Error on testing alpa installation #582

johncedc · 2022-07-03T13:40:16Z

Hi All, I am trying to setup the OPT-175 model using alpa and ray. Followed all instructions https://alpa-projects.github.io/install.html#prerequisites. Have been able to convert the weights as well. However, I get the following error when loading the model: KeyError: Actor(MeshHostWorker, 926198553ac61b167bbd508003000000). When I run the "python3 tests/test_install.py" script to test the alpa installation, I get the same error. Can someone please help.

zhisbug · 2022-07-03T20:18:24Z

@johncedc Please follow issue template and provide detailed traceback and screenshot.

johncedc · 2022-07-04T06:35:16Z

@johncedc Please follow issue template and provide detailed traceback and screenshot.

@zhisbug Please find below the detailed traceback

Environment used:
A100 40 GB GPU,
CUDA: 11.3,
Cudnn: 8.2,
Driver Version: 470.57.02
Python: 3.8
Installed alpa using Python wheel following instructions "https://alpa-projects.github.io/install.html"

!python3 tests/test_install.py
.E

ERROR: test_2_pipeline_parallel (main.InstallationTest)
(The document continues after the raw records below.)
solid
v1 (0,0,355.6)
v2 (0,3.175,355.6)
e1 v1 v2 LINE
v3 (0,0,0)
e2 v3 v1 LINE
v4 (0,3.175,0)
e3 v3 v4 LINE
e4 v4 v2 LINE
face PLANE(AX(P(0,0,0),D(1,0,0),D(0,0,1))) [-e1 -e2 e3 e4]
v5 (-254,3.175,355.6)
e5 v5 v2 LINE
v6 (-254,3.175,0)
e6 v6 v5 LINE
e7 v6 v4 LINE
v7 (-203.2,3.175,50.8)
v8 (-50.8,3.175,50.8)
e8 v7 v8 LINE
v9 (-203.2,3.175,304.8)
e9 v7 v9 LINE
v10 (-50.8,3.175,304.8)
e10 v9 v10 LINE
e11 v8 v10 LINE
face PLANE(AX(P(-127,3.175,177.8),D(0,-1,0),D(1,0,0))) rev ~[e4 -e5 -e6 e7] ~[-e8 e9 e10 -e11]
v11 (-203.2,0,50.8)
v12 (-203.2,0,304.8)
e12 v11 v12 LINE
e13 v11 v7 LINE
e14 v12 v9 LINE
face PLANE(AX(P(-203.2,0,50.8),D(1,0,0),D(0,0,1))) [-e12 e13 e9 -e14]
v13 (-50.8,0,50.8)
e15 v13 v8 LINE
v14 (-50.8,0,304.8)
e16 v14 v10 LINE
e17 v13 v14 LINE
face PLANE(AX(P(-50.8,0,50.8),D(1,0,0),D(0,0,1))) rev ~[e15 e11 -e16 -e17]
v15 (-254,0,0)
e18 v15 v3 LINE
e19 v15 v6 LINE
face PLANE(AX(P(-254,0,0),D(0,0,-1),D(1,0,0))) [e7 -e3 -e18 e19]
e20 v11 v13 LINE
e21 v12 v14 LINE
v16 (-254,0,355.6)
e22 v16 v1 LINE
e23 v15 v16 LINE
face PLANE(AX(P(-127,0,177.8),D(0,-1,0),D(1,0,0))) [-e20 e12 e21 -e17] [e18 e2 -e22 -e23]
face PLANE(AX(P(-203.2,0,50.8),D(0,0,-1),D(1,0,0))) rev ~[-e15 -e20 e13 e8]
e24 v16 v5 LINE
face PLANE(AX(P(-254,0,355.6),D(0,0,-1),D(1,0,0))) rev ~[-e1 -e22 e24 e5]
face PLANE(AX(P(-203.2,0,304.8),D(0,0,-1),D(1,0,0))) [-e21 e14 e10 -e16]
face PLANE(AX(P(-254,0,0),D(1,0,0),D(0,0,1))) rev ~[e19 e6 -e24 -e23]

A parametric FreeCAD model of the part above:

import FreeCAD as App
import Part
import Sketcher
Q = App.Units.Quantity


def add_polygon(sketch, points):
    """Adds a closed chain of lines whose ends are joined by coincident constraints."""
    first, n = sketch.GeometryCount, len(points)
    for a, b in zip(points, points[1:] + points[:1]):
        sketch.addGeometry(Part.LineSegment(App.Vector(*a, 0), App.Vector(*b, 0)), False)
    for i in range(n):
        sketch.addConstraint(Sketcher.Constraint("Coincident", first + i, 2, first + (i + 1) % n, 1))

doc = App.newDocument("Part")
params = doc.addObject("Spreadsheet::Sheet", "Params")
for row, (alias, value) in enumerate([
    ("sketch1_width", "10 in"),
    ("sketch1_width2", "6 in"),
    ("sketch1_height", "14 in"),
    ("pad1_length", "0.125 in"),
], start=1):
    params.set(f"A{row}", alias)
    params.set(f"B{row}", "=" + value)
    params.setAlias(f"B{row}", alias)

body = doc.addObject("PartDesign::Body", "Body")

# Sketch on XZ plane
sketch1 = body.newObject("Sketcher::SketchObject", "Sketch")
sketch1.AttachmentSupport = (doc.getObject("XZ_Plane"), [""])
sketch1.MapMode = "FlatFace"
add_polygon(sketch1, [(-254, 356), (-254, 0), (0, 0), (0, 356)])  # lines 0-3
add_polygon(sketch1, [(-51, 51), (-203, 51), (-203, 305), (-51, 305)])  # lines 4-7
sketch1.addConstraint([
    Sketcher.Constraint("Vertical", 0),
    Sketcher.Constraint("Horizontal", 1),
    Sketcher.Constraint("Vertical", 2),
    Sketcher.Constraint("Horizontal", 3),
    Sketcher.Constraint("Horizontal", 4),
    Sketcher.Constraint("Vertical", 5),
    Sketcher.Constraint("Horizontal", 6),
    Sketcher.Constraint("Vertical", 7),
    Sketcher.Constraint("Coincident", 1, 2, -1, 1),
    Sketcher.Constraint("Equal", 3, 5),
    Sketcher.Constraint("DistanceX", 1, 1, 1, 2, Q("10 in")),
    Sketcher.Constraint("DistanceX", 4, 2, 4, 1, Q("6 in")),
    Sketcher.Constraint("DistanceY", 0, 2, 0, 1, Q("14 in")),
    Sketcher.Constraint("DistanceX", 4, 2, -1, 1, Q("8 in")),
    Sketcher.Constraint("DistanceY", -1, 1, 4, 2, Q("2 in")),
])
sketch1.setExpression("Constraints[18]", "Params.sketch1_width")
sketch1.setExpression("Constraints[19]", "Params.sketch1_width2")
sketch1.setExpression("Constraints[20]", "Params.sketch1_height")
pad1 = body.newObject("PartDesign::Pad", "Pad")
pad1.Profile = sketch1
pad1.setExpression("Length", "Params.pad1_length")
pad1.Reversed = True

doc.recompute()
Traceback (most recent call last):
File "tests/test_install.py", line 122, in
runner.run(suite())
File "/home/user1/anaconda3/envs/env1/lib/python3.8/unittest/runner.py", line 176, in run
test(result)
File "/home/user1/anaconda3/envs/env1/lib/python3.8/unittest/suite.py", line 84, in call
return self.run(*args, **kwds)
File "/home/user1/anaconda3/envs/env1/lib/python3.8/unittest/suite.py", line 122, in run
test(result)
File "/home/user1/anaconda3/envs/env1/lib/python3.8/unittest/case.py", line 736, in call
return self.run(*args, **kwds)
File "/home/user1/anaconda3/envs/env1/lib/python3.8/unittest/case.py", line 676, in run
self._callTestMethod(testMethod)
File "/home/user1/anaconda3/envs/env1/lib/python3.8/unittest/case.py", line 633, in _callTestMethod
method()
File "tests/test_install.py", line 107, in test_2_pipeline_parallel
actual_state = p_train_step(state, batch)
File "/home/user1/anaconda3/envs/env1/lib/python3.8/site-packages/jax/_src/traceback_util.py", line 162, in reraise_with_filtered_traceback
return fun(*args, **kwargs)
File "/home/user1/anaconda3/envs/env1/lib/python3.8/site-packages/alpa/api.py", line 104, in call
self._decode_args_and_get_executable(*args))
File "/home/user1/anaconda3/envs/env1/lib/python3.8/site-packages/alpa/api.py", line 174, in _decode_args_and_get_executable
executable = _compile_parallel_executable(f, in_tree, out_tree_hashable,
File "/home/user1/anaconda3/envs/env1/lib/python3.8/site-packages/jax/linear_util.py", line 272, in memoized_fun
ans = call(fun, *args)
File "/home/user1/anaconda3/envs/env1/lib/python3.8/site-packages/alpa/api.py", line 201, in _compile_parallel_executable
return method.compile_executable(fun, in_tree, out_tree_thunk,
File "/home/user1/anaconda3/envs/env1/lib/python3.8/site-packages/alpa/parallel_method.py", line 219, in compile_executable
return compile_pipeshard_executable(
File "/home/user1/anaconda3/envs/env1/lib/python3.8/site-packages/alpa/pipeline_parallel/compile_executable.py", line 76, in compile_pipeshard_executable
pipeshard_config = compile_pipeshard_executable_internal(
File "/home/user1/anaconda3/envs/env1/lib/python3.8/site-packages/alpa/pipeline_parallel/compile_executable.py", line 217, in compile_pipeshard_executable_internal
pipeshard_config = PipelineInstEmitter(
File "/home/user1/anaconda3/envs/env1/lib/python3.8/site-packages/alpa/pipeline_parallel/runtime_emitter.py", line 387, in compile
self._compile_resharding_tasks()
File "/home/user1/anaconda3/envs/env1/lib/python3.8/site-packages/alpa/pipeline_parallel/runtime_emitter.py", line 326, in _compile_resharding_tasks
var] = SymbolicReshardingTask(spec, cg, src_mesh,
File "/home/user1/anaconda3/envs/env1/lib/python3.8/site-packages/alpa/pipeline_parallel/cross_mesh_resharding.py", line 370, in init
self._compile()
File "/home/user1/anaconda3/envs/env1/lib/python3.8/site-packages/alpa/pipeline_parallel/cross_mesh_resharding.py", line 444, in _compile
self._compile_send_recv_tasks()
File "/home/user1/anaconda3/envs/env1/lib/python3.8/site-packages/alpa/pipeline_parallel/cross_mesh_resharding.py", line 544, in _compile_send_recv_tasks
self._sender_tasks[sender_worker].append(
jax._src.traceback_util.UnfilteredStackTrace: KeyError: Actor(MeshHostWorker, cb7f1d88b0c8c715fa3c5ab801000000)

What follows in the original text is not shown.